### [Task to complete]
Output only the lines of the entries that follow, starting at the one with "#302=ORIENTED_EDGE('',*,*,#118,.T.);" and running down to the one with "#339=PLANE('',#338);", both included and unchanged.
──────── Data extract
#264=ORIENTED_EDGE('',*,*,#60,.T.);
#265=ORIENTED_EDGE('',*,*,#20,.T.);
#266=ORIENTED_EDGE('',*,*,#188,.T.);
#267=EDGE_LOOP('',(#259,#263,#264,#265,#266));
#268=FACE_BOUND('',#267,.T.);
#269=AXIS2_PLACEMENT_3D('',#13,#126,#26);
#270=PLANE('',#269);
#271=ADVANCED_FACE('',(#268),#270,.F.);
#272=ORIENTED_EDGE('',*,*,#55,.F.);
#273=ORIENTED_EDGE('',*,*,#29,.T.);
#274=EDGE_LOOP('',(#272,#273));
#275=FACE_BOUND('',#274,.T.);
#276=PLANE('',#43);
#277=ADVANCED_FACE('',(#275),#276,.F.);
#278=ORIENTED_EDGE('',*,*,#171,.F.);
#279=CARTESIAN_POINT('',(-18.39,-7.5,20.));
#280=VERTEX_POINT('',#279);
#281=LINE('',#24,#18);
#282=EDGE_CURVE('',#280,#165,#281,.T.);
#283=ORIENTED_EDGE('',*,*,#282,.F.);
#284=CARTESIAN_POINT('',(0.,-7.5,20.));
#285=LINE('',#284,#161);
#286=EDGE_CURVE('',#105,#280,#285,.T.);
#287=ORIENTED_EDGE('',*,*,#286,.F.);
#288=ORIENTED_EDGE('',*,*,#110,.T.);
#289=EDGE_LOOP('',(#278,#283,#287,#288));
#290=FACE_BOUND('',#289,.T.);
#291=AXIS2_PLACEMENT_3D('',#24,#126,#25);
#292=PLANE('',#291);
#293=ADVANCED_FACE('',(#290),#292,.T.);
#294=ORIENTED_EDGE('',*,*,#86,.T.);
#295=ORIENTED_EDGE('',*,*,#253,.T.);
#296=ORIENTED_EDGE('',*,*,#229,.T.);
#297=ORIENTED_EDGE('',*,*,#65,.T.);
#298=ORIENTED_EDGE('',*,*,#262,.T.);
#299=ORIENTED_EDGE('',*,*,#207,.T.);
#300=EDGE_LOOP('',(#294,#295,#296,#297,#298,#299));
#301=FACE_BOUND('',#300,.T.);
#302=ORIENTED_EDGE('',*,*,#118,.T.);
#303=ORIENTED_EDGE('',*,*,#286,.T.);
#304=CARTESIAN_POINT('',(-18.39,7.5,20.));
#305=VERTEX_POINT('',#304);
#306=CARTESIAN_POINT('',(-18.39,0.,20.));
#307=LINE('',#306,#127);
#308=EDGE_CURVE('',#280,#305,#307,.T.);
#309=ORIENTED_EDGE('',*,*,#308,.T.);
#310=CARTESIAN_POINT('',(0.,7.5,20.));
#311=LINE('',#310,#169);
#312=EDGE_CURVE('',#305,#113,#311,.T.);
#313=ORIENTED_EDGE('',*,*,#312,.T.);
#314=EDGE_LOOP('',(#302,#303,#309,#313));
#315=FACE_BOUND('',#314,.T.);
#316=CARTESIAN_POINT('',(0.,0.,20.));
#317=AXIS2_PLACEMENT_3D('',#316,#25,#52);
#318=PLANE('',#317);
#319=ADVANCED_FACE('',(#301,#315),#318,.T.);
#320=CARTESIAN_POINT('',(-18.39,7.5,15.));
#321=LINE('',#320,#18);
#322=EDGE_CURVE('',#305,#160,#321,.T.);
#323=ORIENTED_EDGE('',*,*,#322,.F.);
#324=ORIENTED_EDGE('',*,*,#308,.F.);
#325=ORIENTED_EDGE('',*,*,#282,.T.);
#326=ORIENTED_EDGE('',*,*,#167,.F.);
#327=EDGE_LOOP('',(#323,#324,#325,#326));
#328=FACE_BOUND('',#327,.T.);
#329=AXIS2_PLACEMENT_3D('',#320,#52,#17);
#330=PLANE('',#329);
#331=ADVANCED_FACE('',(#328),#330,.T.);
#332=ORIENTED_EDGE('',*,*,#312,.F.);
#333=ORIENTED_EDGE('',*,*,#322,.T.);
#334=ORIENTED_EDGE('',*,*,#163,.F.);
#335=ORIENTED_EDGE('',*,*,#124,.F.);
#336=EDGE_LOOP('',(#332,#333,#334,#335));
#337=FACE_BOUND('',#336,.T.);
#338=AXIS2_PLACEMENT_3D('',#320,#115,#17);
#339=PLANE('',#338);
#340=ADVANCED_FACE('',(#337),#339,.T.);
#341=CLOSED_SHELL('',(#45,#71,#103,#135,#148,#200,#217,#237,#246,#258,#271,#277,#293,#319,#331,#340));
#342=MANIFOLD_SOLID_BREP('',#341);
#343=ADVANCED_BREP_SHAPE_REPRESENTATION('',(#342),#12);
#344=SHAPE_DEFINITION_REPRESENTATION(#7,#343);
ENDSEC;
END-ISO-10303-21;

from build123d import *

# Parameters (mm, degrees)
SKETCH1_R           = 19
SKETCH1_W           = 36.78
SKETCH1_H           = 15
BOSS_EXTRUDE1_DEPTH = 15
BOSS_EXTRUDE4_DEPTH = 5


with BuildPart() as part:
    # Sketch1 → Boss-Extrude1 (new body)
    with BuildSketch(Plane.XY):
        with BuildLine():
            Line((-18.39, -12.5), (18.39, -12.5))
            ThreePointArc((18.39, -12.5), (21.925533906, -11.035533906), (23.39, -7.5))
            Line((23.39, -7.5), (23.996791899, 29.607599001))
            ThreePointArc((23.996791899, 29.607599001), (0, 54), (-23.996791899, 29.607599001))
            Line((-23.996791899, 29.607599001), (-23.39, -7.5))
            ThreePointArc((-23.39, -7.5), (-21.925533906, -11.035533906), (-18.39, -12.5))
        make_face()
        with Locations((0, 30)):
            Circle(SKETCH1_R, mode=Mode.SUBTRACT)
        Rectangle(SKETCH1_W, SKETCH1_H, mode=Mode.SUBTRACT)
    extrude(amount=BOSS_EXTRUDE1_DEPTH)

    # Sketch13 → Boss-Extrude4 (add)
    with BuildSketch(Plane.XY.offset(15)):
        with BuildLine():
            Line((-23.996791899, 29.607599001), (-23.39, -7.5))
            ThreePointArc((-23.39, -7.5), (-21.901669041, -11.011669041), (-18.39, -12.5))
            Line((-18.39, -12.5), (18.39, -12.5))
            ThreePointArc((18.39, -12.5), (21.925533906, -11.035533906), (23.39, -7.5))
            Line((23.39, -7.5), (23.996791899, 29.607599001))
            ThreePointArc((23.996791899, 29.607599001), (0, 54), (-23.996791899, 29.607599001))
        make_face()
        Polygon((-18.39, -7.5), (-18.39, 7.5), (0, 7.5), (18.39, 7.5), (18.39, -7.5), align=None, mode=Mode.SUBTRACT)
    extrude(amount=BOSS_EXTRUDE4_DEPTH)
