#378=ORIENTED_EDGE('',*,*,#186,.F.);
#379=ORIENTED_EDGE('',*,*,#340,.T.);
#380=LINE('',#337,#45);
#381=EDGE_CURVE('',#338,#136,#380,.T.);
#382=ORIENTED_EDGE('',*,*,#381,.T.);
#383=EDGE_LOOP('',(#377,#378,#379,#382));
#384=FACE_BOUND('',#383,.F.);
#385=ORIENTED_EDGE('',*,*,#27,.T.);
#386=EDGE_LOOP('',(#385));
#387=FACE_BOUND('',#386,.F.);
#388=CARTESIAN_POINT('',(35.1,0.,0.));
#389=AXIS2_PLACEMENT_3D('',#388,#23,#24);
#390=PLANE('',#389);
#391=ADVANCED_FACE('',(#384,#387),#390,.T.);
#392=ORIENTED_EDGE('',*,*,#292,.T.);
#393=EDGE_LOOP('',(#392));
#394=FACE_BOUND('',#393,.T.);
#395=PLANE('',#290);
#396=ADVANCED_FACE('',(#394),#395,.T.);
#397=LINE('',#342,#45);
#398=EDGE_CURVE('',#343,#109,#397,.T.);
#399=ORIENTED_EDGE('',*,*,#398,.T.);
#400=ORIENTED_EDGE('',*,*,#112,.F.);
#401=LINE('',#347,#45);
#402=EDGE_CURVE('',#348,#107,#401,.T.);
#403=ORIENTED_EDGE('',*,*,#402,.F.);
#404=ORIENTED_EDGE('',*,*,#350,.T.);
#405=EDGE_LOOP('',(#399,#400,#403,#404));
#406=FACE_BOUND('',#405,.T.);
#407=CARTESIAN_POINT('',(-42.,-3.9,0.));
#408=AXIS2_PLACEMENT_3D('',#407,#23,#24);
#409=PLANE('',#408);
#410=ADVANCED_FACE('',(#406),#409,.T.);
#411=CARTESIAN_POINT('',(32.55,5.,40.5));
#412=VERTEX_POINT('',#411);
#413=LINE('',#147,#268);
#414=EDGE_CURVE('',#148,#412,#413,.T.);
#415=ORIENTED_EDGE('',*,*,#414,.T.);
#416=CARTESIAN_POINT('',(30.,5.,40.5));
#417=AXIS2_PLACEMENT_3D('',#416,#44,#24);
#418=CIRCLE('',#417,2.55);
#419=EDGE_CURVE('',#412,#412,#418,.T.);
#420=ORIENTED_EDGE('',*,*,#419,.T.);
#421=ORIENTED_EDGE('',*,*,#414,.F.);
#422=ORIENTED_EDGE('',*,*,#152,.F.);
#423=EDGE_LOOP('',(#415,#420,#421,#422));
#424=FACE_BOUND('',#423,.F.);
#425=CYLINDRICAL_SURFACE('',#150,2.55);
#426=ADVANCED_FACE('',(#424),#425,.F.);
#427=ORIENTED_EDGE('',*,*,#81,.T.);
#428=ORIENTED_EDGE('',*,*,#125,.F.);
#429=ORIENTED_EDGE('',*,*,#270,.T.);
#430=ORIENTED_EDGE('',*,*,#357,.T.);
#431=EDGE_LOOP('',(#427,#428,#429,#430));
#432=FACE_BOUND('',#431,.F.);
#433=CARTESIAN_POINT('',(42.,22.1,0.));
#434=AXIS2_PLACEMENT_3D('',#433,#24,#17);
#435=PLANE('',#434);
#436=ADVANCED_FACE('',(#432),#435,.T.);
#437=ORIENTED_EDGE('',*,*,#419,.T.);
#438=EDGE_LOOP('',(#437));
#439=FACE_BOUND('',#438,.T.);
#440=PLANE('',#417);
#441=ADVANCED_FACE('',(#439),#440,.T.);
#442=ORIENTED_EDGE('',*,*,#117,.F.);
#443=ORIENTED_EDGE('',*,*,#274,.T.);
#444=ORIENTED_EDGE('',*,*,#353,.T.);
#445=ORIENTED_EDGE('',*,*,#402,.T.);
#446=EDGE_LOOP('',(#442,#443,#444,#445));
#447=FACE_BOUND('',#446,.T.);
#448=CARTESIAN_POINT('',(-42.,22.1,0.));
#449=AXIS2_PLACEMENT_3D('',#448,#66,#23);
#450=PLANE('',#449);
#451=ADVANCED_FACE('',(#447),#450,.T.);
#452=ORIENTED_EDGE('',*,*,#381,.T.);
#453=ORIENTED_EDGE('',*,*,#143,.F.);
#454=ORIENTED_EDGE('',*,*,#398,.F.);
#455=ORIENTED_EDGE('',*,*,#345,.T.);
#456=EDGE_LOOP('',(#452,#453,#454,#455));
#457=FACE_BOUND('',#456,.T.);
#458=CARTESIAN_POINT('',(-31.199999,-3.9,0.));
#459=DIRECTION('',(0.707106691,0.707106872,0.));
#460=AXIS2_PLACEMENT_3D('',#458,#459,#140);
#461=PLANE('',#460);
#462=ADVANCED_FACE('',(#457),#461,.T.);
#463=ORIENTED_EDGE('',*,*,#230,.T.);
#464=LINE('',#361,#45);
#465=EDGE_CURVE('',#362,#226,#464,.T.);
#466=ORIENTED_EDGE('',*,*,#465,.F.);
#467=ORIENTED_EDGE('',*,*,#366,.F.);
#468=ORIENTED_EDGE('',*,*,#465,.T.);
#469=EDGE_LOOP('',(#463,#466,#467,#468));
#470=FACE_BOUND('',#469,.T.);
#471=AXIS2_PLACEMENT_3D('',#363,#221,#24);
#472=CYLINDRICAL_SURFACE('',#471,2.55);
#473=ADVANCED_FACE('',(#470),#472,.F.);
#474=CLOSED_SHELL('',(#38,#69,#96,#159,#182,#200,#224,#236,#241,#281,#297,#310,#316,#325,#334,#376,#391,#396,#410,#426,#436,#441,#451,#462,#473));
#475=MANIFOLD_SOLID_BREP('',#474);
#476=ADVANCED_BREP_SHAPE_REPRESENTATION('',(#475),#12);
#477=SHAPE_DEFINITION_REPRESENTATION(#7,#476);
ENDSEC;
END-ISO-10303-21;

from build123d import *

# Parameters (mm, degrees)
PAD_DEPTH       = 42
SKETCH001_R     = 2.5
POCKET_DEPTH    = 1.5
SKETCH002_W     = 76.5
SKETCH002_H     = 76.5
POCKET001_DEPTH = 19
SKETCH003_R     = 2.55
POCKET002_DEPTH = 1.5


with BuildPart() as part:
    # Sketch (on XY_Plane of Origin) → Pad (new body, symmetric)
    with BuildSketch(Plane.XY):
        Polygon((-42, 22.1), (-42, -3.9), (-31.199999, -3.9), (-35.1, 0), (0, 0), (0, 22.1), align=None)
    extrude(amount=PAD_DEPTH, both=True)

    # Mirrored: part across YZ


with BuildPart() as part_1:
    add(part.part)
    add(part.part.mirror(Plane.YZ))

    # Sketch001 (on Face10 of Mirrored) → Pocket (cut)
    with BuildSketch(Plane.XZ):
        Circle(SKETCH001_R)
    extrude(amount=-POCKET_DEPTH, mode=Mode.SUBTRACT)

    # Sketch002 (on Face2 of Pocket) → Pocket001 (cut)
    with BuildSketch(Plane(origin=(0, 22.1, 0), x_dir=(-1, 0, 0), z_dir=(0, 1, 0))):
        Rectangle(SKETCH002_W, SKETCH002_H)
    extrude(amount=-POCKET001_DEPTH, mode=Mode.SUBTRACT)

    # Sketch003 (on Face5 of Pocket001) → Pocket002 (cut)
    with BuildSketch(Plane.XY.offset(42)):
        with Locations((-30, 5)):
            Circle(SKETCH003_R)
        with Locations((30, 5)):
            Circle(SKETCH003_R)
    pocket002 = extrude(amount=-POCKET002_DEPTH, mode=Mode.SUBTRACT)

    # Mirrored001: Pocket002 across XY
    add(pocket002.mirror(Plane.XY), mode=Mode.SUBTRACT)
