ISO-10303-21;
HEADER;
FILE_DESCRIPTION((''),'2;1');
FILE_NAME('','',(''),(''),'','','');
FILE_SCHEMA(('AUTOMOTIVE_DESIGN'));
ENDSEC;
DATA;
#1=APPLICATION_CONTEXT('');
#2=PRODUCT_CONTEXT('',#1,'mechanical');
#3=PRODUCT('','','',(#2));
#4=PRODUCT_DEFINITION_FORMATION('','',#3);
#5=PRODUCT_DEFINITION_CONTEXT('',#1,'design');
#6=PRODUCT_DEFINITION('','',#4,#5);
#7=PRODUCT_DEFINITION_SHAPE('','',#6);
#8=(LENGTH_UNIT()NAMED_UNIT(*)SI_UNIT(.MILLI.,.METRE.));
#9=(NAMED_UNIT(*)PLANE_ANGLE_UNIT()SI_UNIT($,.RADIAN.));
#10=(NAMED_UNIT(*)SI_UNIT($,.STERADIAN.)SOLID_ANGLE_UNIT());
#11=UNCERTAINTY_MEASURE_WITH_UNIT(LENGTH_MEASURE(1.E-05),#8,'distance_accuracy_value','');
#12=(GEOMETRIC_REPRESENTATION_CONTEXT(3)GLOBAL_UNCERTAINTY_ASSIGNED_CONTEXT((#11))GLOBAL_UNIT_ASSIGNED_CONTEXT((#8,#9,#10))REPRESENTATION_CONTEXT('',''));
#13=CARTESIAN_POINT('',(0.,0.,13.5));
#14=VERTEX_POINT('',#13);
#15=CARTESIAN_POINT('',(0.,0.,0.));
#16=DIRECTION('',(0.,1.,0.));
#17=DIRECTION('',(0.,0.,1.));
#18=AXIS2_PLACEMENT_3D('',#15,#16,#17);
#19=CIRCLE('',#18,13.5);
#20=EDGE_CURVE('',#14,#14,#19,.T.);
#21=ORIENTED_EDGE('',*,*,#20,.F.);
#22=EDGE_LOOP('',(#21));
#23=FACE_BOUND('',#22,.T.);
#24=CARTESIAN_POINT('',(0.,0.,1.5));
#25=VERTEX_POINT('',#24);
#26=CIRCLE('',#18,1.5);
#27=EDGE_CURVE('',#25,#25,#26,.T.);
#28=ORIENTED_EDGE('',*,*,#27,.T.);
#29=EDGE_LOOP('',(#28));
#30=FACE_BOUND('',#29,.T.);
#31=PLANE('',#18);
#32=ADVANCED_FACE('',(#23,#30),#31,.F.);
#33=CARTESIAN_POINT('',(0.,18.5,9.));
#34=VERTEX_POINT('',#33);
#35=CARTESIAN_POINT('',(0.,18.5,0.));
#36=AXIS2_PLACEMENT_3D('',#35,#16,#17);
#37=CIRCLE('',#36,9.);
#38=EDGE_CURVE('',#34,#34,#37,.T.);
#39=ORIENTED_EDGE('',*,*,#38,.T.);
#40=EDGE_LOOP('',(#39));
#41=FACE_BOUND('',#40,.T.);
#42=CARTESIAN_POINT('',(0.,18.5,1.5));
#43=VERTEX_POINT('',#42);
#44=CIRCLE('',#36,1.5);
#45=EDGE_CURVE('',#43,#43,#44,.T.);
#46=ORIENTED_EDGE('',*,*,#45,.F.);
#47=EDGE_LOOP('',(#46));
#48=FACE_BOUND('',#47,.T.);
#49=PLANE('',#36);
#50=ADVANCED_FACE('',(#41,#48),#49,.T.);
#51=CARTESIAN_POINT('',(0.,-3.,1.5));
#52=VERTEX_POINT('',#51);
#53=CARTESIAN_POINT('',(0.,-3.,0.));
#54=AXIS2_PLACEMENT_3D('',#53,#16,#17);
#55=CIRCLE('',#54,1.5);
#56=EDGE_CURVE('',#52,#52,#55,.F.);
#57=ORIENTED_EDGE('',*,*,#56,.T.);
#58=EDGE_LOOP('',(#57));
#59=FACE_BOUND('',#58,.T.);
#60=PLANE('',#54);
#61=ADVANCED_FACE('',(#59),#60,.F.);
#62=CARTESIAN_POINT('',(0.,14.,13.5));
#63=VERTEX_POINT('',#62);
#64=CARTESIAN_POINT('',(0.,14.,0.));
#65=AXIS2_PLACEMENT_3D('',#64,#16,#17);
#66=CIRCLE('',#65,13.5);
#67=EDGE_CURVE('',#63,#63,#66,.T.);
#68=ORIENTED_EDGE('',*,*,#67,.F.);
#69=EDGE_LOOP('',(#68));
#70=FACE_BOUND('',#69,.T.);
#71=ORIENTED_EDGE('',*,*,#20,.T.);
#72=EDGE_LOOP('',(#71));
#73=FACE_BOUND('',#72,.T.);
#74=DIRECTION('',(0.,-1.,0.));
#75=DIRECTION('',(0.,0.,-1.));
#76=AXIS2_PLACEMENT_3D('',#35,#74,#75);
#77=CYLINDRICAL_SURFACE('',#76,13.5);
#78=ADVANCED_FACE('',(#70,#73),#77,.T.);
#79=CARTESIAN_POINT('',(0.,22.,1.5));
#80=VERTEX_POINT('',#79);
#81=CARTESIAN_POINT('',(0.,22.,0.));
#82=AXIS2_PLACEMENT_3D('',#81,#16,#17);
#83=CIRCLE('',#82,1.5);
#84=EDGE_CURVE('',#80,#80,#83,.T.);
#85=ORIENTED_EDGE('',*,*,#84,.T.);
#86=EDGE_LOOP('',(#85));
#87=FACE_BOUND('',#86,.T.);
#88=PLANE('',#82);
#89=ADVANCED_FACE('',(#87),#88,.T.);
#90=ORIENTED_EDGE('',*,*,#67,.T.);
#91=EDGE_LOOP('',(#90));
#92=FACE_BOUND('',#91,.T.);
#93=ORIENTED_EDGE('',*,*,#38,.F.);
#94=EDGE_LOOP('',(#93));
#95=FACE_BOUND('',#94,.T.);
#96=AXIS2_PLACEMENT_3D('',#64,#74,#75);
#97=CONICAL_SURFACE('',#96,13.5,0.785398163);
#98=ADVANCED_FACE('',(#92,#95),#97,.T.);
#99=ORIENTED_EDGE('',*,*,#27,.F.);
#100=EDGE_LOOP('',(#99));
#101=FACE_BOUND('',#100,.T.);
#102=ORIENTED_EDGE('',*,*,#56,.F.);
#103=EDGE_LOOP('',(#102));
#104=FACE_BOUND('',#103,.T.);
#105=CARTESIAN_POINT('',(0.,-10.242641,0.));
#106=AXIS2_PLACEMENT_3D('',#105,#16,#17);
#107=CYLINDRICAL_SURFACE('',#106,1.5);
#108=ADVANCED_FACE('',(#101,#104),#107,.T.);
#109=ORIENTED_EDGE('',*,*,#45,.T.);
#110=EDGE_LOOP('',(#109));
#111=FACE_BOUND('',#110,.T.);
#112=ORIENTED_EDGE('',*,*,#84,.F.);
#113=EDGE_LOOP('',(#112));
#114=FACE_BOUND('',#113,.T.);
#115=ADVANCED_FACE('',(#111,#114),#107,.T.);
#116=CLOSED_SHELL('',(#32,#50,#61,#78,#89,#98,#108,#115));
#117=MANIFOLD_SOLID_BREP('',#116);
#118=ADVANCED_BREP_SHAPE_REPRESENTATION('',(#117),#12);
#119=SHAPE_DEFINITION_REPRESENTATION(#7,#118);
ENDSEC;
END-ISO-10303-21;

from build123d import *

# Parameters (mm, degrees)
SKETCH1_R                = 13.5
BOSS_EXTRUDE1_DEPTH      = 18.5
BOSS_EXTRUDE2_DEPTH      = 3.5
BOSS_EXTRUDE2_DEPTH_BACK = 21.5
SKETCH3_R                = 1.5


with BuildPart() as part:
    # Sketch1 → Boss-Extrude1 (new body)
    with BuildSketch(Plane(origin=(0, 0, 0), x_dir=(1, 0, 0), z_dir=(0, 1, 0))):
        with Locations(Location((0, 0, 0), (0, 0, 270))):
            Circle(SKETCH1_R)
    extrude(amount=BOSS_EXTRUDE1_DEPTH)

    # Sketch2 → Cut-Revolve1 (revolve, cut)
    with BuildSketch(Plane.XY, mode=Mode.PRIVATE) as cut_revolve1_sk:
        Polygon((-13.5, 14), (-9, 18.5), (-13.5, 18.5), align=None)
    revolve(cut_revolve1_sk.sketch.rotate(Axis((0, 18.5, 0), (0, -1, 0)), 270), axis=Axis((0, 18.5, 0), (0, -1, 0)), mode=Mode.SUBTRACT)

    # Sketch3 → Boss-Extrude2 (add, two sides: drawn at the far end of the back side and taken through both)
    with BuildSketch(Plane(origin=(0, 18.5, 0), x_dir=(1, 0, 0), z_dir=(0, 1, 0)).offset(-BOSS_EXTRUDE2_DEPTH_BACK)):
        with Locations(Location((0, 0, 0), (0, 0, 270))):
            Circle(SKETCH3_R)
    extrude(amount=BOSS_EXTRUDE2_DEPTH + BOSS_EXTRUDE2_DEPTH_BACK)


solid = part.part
────────────────
### [Written solution]
#302=ORIENTED_EDGE('',*,*,#118,.T.);
#303=ORIENTED_EDGE('',*,*,#286,.T.);
#304=CARTESIAN_POINT('',(-18.39,7.5,20.));
#305=VERTEX_POINT('',#304);
#306=CARTESIAN_POINT('',(-18.39,0.,20.));
#307=LINE('',#306,#127);
#308=EDGE_CURVE('',#280,#305,#307,.T.);
#309=ORIENTED_EDGE('',*,*,#308,.T.);
#310=CARTESIAN_POINT('',(0.,7.5,20.));
#311=LINE('',#310,#169);
#312=EDGE_CURVE('',#305,#113,#311,.T.);
#313=ORIENTED_EDGE('',*,*,#312,.T.);
#314=EDGE_LOOP('',(#302,#303,#309,#313));
#315=FACE_BOUND('',#314,.T.);
#316=CARTESIAN_POINT('',(0.,0.,20.));
#317=AXIS2_PLACEMENT_3D('',#316,#25,#52);
#318=PLANE('',#317);
#319=ADVANCED_FACE('',(#301,#315),#318,.T.);
#320=CARTESIAN_POINT('',(-18.39,7.5,15.));
#321=LINE('',#320,#18);
#322=EDGE_CURVE('',#305,#160,#321,.T.);
#323=ORIENTED_EDGE('',*,*,#322,.F.);
#324=ORIENTED_EDGE('',*,*,#308,.F.);
#325=ORIENTED_EDGE('',*,*,#282,.T.);
#326=ORIENTED_EDGE('',*,*,#167,.F.);
#327=EDGE_LOOP('',(#323,#324,#325,#326));
#328=FACE_BOUND('',#327,.T.);
#329=AXIS2_PLACEMENT_3D('',#320,#52,#17);
#330=PLANE('',#329);
#331=ADVANCED_FACE('',(#328),#330,.T.);
#332=ORIENTED_EDGE('',*,*,#312,.F.);
#333=ORIENTED_EDGE('',*,*,#322,.T.);
#334=ORIENTED_EDGE('',*,*,#163,.F.);
#335=ORIENTED_EDGE('',*,*,#124,.F.);
#336=EDGE_LOOP('',(#332,#333,#334,#335));
#337=FACE_BOUND('',#336,.T.);
#338=AXIS2_PLACEMENT_3D('',#320,#115,#17);
#339=PLANE('',#338);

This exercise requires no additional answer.